= Grant Campbell (musician) =

Grant Campbell is a Scottish singer-songwriter, born in Glasgow in 1979. He began playing in various bands when he was 16 and went on to pursue a solo career in his early twenties. He has so far released seven full-length albums as well as an EP.

==Career==
He has supported many different acts including Odetta, Mary Gauthier, The Handsome Family, John Hammond, James Blood Ulmer, Michael Hurley, Diana Jones and Micah P Hinson amongst many others.

His debut album Postcards from Nowhere was recorded at home on a four track with Campbell recording and performing all the music. It was released in the summer of 2005 on a small local independent label, Crooked Mouth Records, to critical acclaim which included an "Album of the Week" in The Sunday Times. The album was likened to Springsteen's classic Nebraska album with its rustic feel and rough vocals.

His second album Beyond Below was released in November 2007 on Crooked Mouth Records.

In 2008, Campbell recorded a version of the old lullaby "All the Pretty Little Horses" for the film The Burrowers which was premiered at the Toronto International Film Festival.

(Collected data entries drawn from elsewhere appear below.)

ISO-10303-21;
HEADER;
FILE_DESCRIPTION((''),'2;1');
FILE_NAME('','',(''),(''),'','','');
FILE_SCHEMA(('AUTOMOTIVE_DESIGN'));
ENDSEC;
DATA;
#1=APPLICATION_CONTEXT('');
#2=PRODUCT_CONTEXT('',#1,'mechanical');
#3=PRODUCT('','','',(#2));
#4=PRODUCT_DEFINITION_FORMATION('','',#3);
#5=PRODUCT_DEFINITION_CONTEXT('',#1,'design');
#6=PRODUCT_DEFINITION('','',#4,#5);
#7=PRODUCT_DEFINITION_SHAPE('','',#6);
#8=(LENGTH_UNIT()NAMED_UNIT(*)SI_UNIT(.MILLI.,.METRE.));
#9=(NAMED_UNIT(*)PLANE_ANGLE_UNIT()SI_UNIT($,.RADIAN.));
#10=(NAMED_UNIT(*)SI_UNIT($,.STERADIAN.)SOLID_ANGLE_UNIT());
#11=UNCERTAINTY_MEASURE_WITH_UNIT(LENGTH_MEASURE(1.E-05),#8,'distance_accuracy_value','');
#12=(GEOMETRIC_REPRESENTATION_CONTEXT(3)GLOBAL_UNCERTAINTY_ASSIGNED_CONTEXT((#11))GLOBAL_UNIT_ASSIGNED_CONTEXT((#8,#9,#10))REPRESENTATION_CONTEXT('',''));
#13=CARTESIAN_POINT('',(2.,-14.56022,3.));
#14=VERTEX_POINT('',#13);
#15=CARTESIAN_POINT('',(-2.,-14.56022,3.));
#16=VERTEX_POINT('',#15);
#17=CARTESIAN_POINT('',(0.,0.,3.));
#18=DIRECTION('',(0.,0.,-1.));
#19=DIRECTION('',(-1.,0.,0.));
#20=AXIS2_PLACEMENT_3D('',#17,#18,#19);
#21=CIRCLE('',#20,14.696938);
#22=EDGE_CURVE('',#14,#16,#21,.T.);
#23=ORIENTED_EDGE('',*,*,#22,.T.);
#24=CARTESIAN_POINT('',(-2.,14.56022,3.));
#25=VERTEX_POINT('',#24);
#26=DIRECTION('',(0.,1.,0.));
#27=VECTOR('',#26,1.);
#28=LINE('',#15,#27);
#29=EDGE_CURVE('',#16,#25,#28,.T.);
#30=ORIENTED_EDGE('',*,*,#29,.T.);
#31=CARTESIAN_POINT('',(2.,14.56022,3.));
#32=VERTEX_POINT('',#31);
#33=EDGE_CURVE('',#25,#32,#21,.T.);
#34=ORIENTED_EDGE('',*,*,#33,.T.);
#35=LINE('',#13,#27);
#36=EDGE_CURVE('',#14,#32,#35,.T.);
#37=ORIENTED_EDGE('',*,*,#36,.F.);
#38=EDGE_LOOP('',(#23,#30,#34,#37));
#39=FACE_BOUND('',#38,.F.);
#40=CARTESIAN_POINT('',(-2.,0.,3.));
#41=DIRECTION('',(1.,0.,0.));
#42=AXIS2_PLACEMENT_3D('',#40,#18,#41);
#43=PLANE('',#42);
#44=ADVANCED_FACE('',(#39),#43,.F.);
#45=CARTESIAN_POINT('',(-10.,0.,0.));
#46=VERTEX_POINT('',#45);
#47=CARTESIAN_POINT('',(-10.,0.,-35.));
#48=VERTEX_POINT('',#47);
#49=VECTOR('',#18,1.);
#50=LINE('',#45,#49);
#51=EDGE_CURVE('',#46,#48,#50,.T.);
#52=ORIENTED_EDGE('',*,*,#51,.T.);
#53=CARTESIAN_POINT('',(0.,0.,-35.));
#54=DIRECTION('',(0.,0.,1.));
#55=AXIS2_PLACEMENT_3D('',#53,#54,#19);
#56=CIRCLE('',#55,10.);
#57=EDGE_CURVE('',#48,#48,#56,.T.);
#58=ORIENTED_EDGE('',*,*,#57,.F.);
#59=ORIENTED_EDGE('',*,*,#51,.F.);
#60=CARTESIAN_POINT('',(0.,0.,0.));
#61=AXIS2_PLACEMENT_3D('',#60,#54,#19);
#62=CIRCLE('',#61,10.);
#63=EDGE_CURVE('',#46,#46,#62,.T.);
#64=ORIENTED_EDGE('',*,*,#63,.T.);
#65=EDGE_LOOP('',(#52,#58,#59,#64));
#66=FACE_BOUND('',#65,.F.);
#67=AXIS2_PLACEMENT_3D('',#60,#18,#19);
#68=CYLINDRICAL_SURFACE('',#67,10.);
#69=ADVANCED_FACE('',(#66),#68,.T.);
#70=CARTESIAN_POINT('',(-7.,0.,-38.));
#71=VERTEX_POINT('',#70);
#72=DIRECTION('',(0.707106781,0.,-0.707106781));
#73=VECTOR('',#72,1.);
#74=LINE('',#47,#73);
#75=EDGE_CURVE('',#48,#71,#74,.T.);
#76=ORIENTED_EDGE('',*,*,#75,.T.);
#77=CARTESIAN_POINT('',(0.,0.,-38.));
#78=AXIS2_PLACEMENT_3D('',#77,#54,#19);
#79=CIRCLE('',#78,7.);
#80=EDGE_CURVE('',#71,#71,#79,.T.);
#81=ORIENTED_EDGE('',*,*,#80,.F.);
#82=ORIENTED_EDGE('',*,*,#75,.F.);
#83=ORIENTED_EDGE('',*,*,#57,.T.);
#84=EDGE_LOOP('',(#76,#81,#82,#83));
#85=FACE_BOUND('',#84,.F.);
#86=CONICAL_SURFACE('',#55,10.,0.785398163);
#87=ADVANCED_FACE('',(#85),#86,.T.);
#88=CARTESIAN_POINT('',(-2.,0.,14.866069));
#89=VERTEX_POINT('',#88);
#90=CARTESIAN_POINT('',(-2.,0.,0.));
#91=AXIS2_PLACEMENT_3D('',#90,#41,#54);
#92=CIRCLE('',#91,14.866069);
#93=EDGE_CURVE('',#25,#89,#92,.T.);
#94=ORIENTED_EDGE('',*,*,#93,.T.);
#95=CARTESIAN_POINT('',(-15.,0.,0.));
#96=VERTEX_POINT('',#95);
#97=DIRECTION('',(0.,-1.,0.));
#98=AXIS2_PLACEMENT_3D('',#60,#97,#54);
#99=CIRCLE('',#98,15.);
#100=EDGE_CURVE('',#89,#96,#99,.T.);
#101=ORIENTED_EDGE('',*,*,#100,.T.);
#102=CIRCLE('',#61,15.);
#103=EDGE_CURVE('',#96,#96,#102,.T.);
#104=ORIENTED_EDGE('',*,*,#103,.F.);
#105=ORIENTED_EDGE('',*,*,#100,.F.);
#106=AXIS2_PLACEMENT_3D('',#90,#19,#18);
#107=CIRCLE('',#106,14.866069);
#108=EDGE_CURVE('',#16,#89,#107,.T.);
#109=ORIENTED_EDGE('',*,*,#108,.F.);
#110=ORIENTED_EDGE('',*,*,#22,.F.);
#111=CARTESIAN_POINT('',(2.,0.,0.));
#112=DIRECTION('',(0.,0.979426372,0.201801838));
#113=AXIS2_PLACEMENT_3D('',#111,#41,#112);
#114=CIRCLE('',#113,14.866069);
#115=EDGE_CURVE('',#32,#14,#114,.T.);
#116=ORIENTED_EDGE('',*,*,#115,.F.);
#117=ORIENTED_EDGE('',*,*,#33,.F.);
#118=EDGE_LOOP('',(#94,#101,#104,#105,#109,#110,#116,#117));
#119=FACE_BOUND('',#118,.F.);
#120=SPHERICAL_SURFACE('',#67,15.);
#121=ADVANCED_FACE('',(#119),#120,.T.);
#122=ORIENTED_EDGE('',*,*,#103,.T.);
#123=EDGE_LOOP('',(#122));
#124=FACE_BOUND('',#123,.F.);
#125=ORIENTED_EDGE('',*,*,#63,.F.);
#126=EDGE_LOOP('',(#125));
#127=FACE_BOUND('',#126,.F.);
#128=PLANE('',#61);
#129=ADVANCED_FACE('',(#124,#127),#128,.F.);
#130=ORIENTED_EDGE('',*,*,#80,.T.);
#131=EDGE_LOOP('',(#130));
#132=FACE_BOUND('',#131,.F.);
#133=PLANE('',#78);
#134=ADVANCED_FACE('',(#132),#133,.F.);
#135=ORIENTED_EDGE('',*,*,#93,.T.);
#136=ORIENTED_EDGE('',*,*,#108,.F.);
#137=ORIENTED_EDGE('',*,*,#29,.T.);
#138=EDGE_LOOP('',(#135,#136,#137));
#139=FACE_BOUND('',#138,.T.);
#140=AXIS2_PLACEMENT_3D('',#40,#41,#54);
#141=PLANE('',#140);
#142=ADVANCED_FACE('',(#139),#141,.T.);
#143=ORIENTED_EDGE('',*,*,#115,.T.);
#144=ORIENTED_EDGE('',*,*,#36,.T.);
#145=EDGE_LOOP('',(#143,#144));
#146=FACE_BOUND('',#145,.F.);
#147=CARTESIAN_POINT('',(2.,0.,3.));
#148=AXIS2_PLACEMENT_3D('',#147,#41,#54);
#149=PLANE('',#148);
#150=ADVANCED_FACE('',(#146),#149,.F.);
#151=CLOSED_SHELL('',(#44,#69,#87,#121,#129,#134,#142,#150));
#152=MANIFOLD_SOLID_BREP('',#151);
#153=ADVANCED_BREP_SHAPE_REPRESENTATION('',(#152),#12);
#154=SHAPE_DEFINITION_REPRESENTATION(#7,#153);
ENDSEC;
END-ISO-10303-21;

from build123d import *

# Parameters (mm, degrees)
F2_SIZE       = 3
F3_W          = 4
F3_H          = 15.679534703
F4_DEPTH      = 15.001
F4_DEPTH_BACK = 15.001


with BuildPart() as f1:
    # F0 (on Front) → F1 (revolve)
    with BuildSketch(Plane.XZ):
        with BuildLine():
            Line((0, -38), (0, 15))
            ThreePointArc((0, 15), (-10.6066017178, 10.6066017178), (-15, 0))
            Line((-15, 0), (-10, 0))
            Line((-10, 0), (-10, -38))
            Line((-10, -38), (0, -38))
        make_face()
    revolve(axis=Axis((0, 0, -11.5), (0, 0, 1)))

    # F2
    f2_edges = [f1.edges().sort_by_distance(p)[0] for p in [
        (10, 0, -38),
    ]]
    chamfer(f2_edges, length=F2_SIZE)

    # F3 (on Front) → F4 (cut, two sides)
    with BuildSketch(Plane.XZ) as f4_sk:
        with Locations((0, 10.8397673515)):
            Rectangle(F3_W, F3_H)
    extrude(amount=-F4_DEPTH, mode=Mode.SUBTRACT)
    extrude(f4_sk.sketch, amount=F4_DEPTH_BACK, mode=Mode.SUBTRACT)


solid = f1.part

Expecting Great Things, his third album was released on 6 April 2009. The majority of the album was recorded in one afternoon at home in Glasgow. As with the previous two albums Campbell wrote, recorded and performed all the tracks himself. On 4 October 2009, A Brief History of Things to Come, a sampler album which featured eight tracks taken from Campbell's first three albums was released in the Netherlands. This release coincides with a theater tour throughout the Netherlands.

Fixing the Shadows, Campbell's fourth album was released on 22 April 2013. It was recorded at Glo Worm Studios in Glasgow with Iain Hutchison. His fifth album The Spark was released in 2014.

A sixth album ‘I Was Taught How to Win, but I Learned How to Lose’ was released in 2020.

On 6th December 2024 ‘Apollo Wept’ was released which was written and recorded during the pandemic. It was followed a week later by the release of a four track EP ‘A Million Miles Away’.